В этой связи можно сказать, что русское политическое сознание имело не столько "земной", сколько "небесный" вектор, где исторические события (реальные или вымышленные — неважно) получали свое сверх-значение только через "оправдание верой" и "спасение души". "Слово" и "житие" — два самых распространенных литературных жанра на Древней Руси. При этом "слово" исходило, что называется, "от первого лица", а "житие", напротив, представляло собой, в сущности, "безличный", "с точки зрения вечности", уложенный едва ли не в канонические рамки рассказ о подвигах того или иного святого.
"В началh бh Слово" — гласит "церковнославянский" текст Евангелия от Иоанна, переведенный на "современный русский" в "синодальном" издании как "В начале было Слово". Еще раз стоит обратить внимание читателей на несовершенство и неточность подобного перевода, невольно (или вольно?) относящего все сказанное к некоему прошлому времени и, соответственно, к некоему всеобщему "началу". А в первичном для нас "церковнославянском" варианте слово "бh" означает нечто принципиально иное — то, что "было, есть и будет", а следовательно, и "Слово", о котором идет речь в Евангелии, не "было" когда-то, "в начале времен", а "было, есть и будет" в начале всего, что совершалось, совершается и будет совершаться в мире. Разница смыслов здесь совершенно очевидна, и она, видимо, во многом объясняет уникальность мировосприятия древнерусского православия, явленного в дошедших до наших дней "словах" и "житиях".
В качестве примера можно привести следующий отрывок из знаменитого "слова" князя Владимира Мономаха к Олегу Святославичу, датированного 1097 годом: "Господь наш не человек, но Бог всей вселенной,— что захочет, во мгновение ока все сотворит,— и все же Сам претерпел хулу, и оплевание, и удары, и на смерть отдал Себя, владея жизнью и смертью. А мы что такое, люди грешные и худые? — сегодня живы, а завтра мертвы, сегодня в славе и чести, а завтра в гробу и забыты,— другие собранное нами разделят.
Посмотри, брат, на отцов наших: что они скопили?.. Только и есть у них, что сделали душе своей... Не от нужды говорю я это, ни от беды какой-нибудь, посланной Богом, сам поймешь, но душа своя мне дороже всего света сего.
На Страшном Суде без обвинителей сам себя обличаю".

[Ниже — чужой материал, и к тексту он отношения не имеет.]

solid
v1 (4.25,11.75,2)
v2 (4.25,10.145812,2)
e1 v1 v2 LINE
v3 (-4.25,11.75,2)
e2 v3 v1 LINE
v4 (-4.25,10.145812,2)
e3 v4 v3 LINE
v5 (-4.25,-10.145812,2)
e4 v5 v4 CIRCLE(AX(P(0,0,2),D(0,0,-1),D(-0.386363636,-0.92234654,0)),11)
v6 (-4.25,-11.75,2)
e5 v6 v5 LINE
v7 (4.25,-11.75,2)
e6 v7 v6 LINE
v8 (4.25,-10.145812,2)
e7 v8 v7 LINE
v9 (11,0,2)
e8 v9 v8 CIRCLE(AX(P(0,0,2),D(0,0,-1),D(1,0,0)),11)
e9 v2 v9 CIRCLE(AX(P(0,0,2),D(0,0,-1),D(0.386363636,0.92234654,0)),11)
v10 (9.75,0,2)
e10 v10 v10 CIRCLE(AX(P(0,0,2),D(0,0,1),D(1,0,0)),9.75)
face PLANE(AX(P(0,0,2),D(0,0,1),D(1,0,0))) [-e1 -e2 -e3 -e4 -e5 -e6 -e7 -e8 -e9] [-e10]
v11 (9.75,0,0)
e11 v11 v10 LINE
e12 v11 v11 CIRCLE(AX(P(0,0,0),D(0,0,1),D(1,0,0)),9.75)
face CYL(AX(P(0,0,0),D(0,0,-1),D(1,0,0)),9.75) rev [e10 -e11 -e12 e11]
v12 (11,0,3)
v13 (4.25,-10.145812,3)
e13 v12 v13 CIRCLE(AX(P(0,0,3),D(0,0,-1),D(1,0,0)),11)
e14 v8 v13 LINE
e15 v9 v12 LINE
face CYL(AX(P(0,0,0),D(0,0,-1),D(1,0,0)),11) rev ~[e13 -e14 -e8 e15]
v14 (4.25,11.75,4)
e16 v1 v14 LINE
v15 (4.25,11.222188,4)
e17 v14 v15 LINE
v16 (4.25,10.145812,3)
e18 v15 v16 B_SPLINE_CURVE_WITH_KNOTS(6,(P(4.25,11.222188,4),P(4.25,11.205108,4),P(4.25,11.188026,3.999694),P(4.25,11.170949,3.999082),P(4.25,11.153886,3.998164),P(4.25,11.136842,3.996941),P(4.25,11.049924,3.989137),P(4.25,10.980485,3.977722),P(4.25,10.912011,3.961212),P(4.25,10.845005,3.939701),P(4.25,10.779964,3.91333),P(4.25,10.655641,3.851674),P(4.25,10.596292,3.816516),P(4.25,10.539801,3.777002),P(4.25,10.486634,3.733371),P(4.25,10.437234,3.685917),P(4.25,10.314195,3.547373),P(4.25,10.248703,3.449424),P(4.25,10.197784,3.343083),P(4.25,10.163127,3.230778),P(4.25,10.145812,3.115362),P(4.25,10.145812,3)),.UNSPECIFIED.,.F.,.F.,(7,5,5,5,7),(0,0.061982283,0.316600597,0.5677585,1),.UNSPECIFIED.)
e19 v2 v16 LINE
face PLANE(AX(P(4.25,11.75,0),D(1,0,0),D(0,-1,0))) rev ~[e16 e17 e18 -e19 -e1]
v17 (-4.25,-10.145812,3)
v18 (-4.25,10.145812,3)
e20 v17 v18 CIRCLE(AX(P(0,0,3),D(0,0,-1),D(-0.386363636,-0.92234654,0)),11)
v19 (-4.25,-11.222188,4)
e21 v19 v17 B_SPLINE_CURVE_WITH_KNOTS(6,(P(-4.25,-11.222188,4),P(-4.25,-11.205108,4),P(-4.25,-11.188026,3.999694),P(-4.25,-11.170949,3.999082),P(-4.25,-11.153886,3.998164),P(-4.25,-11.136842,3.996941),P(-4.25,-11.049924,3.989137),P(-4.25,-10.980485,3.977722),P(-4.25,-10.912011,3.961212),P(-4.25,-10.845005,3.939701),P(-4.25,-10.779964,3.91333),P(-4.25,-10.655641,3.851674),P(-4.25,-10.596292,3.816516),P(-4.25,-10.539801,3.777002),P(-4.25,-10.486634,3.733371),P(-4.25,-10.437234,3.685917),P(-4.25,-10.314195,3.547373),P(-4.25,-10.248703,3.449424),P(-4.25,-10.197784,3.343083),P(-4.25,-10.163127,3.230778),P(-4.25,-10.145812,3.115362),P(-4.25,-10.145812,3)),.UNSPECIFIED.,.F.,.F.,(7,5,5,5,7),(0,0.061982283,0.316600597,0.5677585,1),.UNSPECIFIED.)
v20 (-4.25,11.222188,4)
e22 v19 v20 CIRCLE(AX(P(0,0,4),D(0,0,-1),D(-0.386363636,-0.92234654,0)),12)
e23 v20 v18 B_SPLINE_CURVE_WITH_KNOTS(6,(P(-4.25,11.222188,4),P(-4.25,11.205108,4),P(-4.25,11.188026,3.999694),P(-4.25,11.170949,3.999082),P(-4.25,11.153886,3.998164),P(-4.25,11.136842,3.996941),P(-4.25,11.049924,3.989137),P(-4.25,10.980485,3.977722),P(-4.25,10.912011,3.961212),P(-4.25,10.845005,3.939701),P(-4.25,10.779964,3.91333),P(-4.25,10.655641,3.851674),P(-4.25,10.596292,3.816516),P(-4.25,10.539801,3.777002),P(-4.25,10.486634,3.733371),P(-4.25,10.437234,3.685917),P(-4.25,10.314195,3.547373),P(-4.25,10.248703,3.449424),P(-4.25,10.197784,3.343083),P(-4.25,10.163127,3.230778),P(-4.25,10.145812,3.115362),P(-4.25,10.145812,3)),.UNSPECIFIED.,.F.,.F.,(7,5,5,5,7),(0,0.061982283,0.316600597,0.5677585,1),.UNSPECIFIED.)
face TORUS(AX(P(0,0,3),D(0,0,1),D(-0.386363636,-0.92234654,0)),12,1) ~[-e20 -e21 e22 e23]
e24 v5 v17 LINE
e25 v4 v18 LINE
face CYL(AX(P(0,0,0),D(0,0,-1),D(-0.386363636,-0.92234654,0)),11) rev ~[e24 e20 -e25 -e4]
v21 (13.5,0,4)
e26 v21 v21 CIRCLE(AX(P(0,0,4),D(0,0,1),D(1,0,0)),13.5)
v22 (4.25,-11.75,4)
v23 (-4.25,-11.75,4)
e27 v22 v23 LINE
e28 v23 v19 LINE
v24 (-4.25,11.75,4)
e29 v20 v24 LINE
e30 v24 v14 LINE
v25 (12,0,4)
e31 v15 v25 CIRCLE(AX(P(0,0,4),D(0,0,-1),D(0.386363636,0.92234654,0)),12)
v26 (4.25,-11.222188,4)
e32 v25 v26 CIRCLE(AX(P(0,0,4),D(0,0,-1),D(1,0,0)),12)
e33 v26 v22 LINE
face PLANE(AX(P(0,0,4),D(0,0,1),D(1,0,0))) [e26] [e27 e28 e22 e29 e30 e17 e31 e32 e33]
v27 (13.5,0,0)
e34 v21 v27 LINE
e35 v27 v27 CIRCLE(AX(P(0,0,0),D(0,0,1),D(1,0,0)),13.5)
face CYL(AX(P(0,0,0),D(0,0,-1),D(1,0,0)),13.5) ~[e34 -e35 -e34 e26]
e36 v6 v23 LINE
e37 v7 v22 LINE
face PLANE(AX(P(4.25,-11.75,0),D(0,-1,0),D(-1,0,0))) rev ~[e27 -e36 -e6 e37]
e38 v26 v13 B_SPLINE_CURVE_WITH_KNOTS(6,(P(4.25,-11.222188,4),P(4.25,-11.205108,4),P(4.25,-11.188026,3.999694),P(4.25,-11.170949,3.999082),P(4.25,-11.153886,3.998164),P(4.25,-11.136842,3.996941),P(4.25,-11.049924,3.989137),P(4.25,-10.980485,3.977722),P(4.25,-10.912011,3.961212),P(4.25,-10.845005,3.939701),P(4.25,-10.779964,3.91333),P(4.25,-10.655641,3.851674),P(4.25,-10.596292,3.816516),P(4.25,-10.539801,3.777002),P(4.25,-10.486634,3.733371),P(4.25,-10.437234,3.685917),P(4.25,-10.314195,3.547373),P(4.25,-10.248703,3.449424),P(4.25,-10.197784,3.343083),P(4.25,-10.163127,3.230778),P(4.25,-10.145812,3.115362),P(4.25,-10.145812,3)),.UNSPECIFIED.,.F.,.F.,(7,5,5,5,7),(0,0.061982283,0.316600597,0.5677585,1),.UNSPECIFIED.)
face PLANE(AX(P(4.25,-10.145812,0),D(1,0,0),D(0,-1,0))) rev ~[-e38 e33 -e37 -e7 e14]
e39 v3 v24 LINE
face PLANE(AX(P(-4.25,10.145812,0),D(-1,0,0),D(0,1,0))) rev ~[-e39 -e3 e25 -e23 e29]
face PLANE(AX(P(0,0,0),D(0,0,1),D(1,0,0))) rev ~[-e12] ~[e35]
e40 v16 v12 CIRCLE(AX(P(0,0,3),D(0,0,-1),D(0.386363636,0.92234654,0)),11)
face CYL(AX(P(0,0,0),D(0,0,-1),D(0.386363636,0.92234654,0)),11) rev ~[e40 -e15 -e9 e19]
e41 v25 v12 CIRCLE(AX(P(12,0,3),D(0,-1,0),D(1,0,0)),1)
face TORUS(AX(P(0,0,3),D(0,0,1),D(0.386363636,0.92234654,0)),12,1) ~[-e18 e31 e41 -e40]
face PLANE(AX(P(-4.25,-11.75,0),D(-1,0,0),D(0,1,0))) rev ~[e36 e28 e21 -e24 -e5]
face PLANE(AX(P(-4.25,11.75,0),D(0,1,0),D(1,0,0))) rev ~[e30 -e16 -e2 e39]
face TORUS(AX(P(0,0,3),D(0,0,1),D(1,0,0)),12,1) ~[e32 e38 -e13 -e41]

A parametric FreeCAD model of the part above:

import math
import FreeCAD as App
import Part
import Sketcher

V = App.Vector
Q = App.Units.Quantity


def edges_at(feature, points):
    """Names of the edges that pass closest to the given points."""
    edges = feature.Shape.Edges
    near = lambda p: min(range(len(edges)), key=lambda i: edges[i].distToShape(Part.Vertex(*p))[0])
    return sorted({f"Edge{near(p) + 1}" for p in points})

doc = App.newDocument("Part")
body = doc.addObject("PartDesign::Body", "Body")

sketch1 = body.newObject("Sketcher::SketchObject", "Sketch")
sketch1.AttachmentSupport = (doc.getObject("XY_Plane"), [""])
sketch1.MapMode = "FlatFace"
sketch1.addGeometry(Part.Circle(V(0, 0, 0), V(0, 0, 1), 13.5), False)
sketch1.addGeometry(Part.LineSegment(V(4.25, 11.75, 0), V(4.25, 10.145812, 0)), False)
sketch1.addGeometry(Part.ArcOfCircle(Part.Circle(V(0, 0, 0), V(0, 0, 1), 11), math.radians(0), math.radians(67.271577)), False)
sketch1.addGeometry(Part.ArcOfCircle(Part.Circle(V(0, 0, 0), V(0, 0, 1), 11), math.radians(-67.271577), math.radians(0)), False)
sketch1.addGeometry(Part.LineSegment(V(4.25, -10.145812, 0), V(4.25, -11.75, 0)), False)
sketch1.addGeometry(Part.LineSegment(V(4.25, -11.75, 0), V(-4.25, -11.75, 0)), False)
sketch1.addGeometry(Part.LineSegment(V(-4.25, -11.75, 0), V(-4.25, -10.145812, 0)), False)
sketch1.addGeometry(Part.ArcOfCircle(Part.Circle(V(0, 0, 0), V(0, 0, 1), 11), math.radians(112.728423), math.radians(247.271577)), False)
sketch1.addGeometry(Part.LineSegment(V(-4.25, 10.145812, 0), V(-4.25, 11.75, 0)), False)
sketch1.addGeometry(Part.LineSegment(V(-4.25, 11.75, 0), V(4.25, 11.75, 0)), False)
sketch1.addConstraint(Sketcher.Constraint("Coincident", 1, 2, 2, 2))
sketch1.addConstraint(Sketcher.Constraint("Tangent", 2, 1, 3, 2))
sketch1.addConstraint(Sketcher.Constraint("Coincident", 3, 1, 4, 1))
sketch1.addConstraint(Sketcher.Constraint("Coincident", 4, 2, 5, 1))
sketch1.addConstraint(Sketcher.Constraint("Coincident", 5, 2, 6, 1))
sketch1.addConstraint(Sketcher.Constraint("Coincident", 6, 2, 7, 2))
sketch1.addConstraint(Sketcher.Constraint("Coincident", 7, 1, 8, 1))
sketch1.addConstraint(Sketcher.Constraint("Coincident", 8, 2, 9, 1))
sketch1.addConstraint(Sketcher.Constraint("Coincident", 9, 2, 1, 1))
sketch1.addConstraint(Sketcher.Constraint("Vertical", 1))
sketch1.addConstraint(Sketcher.Constraint("Vertical", 4))
sketch1.addConstraint(Sketcher.Constraint("Horizontal", 5))
sketch1.addConstraint(Sketcher.Constraint("Vertical", 6))
sketch1.addConstraint(Sketcher.Constraint("Vertical", 8))
sketch1.addConstraint(Sketcher.Constraint("Horizontal", 9))
sketch1.addConstraint(Sketcher.Constraint("Coincident", 0, 3, -1, 1))
sketch1.addConstraint(Sketcher.Constraint("Coincident", 2, 3, -1, 1))
sketch1.addConstraint(Sketcher.Constraint("Coincident", 7, 3, -1, 1))
sketch1.addConstraint(Sketcher.Constraint("Equal", 2, 3))
sketch1.addConstraint(Sketcher.Constraint("Equal", 3, 7))
sketch1.addConstraint(Sketcher.Constraint("Symmetric", 4, 2, 8, 2, -1, 1))
sketch1.addConstraint(Sketcher.Constraint("PointOnObject", 2, 1, -1))
sketch1.addConstraint(Sketcher.Constraint("Horizontal", 3, 1, 6, 2))
sketch1.addConstraint(Sketcher.Constraint("Horizontal", 1, 2, 7, 1))
sketch1.addConstraint(Sketcher.Constraint("Diameter", 0, Q("27 mm")))
sketch1.addConstraint(Sketcher.Constraint("Radius", 2, Q("11 mm")))
sketch1.addConstraint(Sketcher.Constraint("DistanceX", 5, 2, 5, 1, Q("8.5 mm")))
sketch1.addConstraint(Sketcher.Constraint("DistanceY", 4, 2, -1, 1, Q("11.75 mm")))
pad1 = body.newObject("PartDesign::Pad", "Pad")
pad1.Profile = sketch1
pad1.Length = 4

sketch2 = body.newObject("Sketcher::SketchObject", "Sketch001")
sketch2.AttachmentSupport = (doc.getObject("XY_Plane"), [""])
sketch2.MapMode = "FlatFace"
sketch2.addGeometry(Part.Circle(V(0, 0, 0), V(0, 0, 1), 13.5), False)
sketch2.addGeometry(Part.Circle(V(0, 0, 0), V(0, 0, 1), 9.75), False)
sketch2.addConstraint(Sketcher.Constraint("Coincident", 0, 3, -1, 1))
sketch2.addConstraint(Sketcher.Constraint("Coincident", 1, 3, -1, 1))
sketch2.addConstraint(Sketcher.Constraint("Diameter", 0, Q("27 mm")))
sketch2.addConstraint(Sketcher.Constraint("Diameter", 1, Q("19.5 mm")))
pad2 = body.newObject("PartDesign::Pad", "Pad001")
pad2.Profile = sketch2
pad2.Length = 2
doc.recompute()

fillet = body.newObject("PartDesign::Fillet", "Fillet")
fillet.Base = (pad2, edges_at(pad2, [(9.158, -6.093, 4), (-11, 0, 4)]))
fillet.Radius = 1

doc.recompute()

Мы видим здесь совершенно иное время: измеряемое не столько "летами" как линейным множеством, сколько, используя позднейший термин Лейбница, "монадой" человеческой души, прямо соотнесенной со всегда открытой для нее через Христа и во Христе вечностью. От этой монады, от ее "жизни-жития" только и может исходить "слово" как некий изначальный импульс, "дерзающий" открыть вечность не только для нее самой, но и для способных вобрать это "слово" душ других людей: родственников, единоверцев и т.д...
Иначе говоря, здесь мы встречаемся с принципиально иным типом политического сознания, нежели тип "западный", охарактеризованный в первом разделе настоящей работы. Более того, здесь мы встречаемся с принципиально иным типом самой истории, совершающейся прежде всего как история именно "оправдания верой" и "спасения души", а вовсе не история завоеваний, в том числе завоеваний независимости, свободы, власти, богатства и прочих благ "мира сего". Высшие нравственные ценности здесь совершенно иные.
Чтобы убедиться в этом, достаточно, например, сравнить оценку англичанами своего короля Генриха VIII, французами — Карла IX, и русскими — того же Ивана Грозного, на что справедливо указывал В.В.Кожинов. И это далеко не случайность — наряду с мифом об Иване Грозном существуют не менее красочные мифы о Петре Первом или Иосифе Сталине (впрочем, последний — более-менее примитивная копия действительно народных образцов). Иным образом в тот же ряд встраиваются легенды о погибших мученической смертью, но "спасших душу" князьях Борисе и Глебе — первых собственно русских святых.
В двоической западной логике (догмат filioque — оттуда же, из двоичности мышления самых последовательных умов Запада) это обстоятельство порождает представления о "жертвенности" и "пассивности" русских как народа вообще, а также о желательности для них той или иной формы "насилия" и "насильственной организации" (по собственным, надо полагать, образцам) со стороны государственной власти. Трехмерная цельность русской души, проецируясь в это двухмерное мышление, неизбежно выглядит "совмещением несовместимого", некоей загадкой и даже тайной, которая сама себя хранит.